=== SUPPLIED MATERIAL ===

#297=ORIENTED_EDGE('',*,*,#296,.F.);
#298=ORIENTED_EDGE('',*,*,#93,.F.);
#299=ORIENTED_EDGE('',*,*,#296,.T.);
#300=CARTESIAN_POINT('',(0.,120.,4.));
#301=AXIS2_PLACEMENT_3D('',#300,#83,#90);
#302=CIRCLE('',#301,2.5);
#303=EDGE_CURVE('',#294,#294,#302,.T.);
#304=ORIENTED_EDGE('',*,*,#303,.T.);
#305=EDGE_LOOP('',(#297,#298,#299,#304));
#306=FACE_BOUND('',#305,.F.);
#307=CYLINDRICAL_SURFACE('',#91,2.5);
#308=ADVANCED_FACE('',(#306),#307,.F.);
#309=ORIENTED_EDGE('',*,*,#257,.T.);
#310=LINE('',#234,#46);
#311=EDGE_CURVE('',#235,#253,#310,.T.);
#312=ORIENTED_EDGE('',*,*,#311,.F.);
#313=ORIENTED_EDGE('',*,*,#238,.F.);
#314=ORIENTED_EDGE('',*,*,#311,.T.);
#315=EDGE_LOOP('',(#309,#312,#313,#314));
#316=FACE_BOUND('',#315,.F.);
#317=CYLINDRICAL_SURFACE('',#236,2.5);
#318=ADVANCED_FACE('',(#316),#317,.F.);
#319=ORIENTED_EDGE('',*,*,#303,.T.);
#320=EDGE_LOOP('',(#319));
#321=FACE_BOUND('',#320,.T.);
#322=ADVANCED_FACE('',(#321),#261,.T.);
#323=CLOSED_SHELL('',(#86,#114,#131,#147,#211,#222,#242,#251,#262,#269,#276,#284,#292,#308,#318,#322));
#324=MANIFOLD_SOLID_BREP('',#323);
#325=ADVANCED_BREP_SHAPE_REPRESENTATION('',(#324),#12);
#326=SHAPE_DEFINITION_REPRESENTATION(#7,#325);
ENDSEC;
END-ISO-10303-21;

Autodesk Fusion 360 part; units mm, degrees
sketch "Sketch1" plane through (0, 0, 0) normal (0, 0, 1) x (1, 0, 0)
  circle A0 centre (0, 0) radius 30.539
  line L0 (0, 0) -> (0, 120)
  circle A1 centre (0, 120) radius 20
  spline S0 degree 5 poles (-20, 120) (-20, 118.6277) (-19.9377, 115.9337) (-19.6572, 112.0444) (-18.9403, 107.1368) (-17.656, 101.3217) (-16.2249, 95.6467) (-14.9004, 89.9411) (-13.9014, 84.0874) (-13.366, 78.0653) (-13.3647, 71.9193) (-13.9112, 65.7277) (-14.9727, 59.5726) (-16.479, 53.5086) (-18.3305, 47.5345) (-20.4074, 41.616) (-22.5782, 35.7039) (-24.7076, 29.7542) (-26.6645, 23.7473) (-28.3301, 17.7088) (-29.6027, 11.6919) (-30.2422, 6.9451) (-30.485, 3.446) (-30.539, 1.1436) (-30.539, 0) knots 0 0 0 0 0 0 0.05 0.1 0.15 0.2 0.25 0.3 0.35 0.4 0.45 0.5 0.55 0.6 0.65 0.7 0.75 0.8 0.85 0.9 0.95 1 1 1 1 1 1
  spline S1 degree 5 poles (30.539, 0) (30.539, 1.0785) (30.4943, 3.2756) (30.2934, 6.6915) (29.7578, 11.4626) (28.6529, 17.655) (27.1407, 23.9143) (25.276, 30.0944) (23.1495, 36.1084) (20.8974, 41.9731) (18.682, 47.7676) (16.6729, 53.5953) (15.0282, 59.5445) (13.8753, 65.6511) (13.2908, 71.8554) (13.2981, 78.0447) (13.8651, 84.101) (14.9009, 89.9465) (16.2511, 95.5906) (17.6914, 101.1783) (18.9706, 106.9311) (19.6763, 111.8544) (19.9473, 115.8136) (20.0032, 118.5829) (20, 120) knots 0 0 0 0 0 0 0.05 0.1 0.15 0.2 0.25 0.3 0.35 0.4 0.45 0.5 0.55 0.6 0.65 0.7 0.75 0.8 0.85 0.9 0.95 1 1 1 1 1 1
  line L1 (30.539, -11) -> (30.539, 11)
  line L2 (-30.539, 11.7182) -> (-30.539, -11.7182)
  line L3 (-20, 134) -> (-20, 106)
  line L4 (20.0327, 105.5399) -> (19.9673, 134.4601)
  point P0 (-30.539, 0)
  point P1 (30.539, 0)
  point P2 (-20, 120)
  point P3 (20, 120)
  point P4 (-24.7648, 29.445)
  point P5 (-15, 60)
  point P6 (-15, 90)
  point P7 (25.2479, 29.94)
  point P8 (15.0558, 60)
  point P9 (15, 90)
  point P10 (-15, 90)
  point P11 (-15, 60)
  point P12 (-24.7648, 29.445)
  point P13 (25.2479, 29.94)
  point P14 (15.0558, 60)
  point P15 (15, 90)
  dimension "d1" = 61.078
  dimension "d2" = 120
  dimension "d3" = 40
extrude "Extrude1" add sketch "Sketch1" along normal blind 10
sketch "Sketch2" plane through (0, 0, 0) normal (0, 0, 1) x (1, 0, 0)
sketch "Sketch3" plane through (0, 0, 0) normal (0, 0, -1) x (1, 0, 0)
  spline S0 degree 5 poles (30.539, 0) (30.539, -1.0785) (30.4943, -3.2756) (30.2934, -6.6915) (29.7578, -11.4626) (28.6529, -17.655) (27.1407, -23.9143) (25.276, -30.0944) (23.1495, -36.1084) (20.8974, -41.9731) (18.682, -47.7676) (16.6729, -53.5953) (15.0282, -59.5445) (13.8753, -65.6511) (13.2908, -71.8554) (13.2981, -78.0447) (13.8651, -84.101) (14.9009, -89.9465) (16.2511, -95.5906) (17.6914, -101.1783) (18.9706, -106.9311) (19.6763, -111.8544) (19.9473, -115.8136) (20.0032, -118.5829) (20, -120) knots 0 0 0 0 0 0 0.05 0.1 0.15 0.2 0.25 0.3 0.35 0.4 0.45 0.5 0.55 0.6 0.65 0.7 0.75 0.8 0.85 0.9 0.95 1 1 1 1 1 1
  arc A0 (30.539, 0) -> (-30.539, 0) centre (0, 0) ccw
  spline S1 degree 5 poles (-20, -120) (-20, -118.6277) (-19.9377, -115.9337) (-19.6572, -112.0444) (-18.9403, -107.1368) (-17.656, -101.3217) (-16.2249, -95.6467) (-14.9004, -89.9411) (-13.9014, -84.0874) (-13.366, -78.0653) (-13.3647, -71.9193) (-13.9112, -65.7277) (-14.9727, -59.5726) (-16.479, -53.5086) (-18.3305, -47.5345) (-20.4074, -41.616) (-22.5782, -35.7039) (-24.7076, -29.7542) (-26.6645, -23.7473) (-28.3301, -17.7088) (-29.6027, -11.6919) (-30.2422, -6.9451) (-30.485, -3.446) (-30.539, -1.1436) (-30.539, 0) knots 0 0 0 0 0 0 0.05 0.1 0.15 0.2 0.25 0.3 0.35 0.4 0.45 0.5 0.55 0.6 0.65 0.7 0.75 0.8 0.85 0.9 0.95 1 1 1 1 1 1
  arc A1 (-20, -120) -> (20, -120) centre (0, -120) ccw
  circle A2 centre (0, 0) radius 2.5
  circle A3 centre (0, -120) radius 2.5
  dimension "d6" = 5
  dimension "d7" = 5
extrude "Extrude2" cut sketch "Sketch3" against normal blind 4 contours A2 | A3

=== ACTION ITEM ===
Using the data above, return each line that includes the word "through".

=== SOLUTION TO THIS PROBLEM ===
sketch "Sketch1" plane through (0, 0, 0) normal (0, 0, 1) x (1, 0, 0)
sketch "Sketch2" plane through (0, 0, 0) normal (0, 0, 1) x (1, 0, 0)
sketch "Sketch3" plane through (0, 0, 0) normal (0, 0, -1) x (1, 0, 0)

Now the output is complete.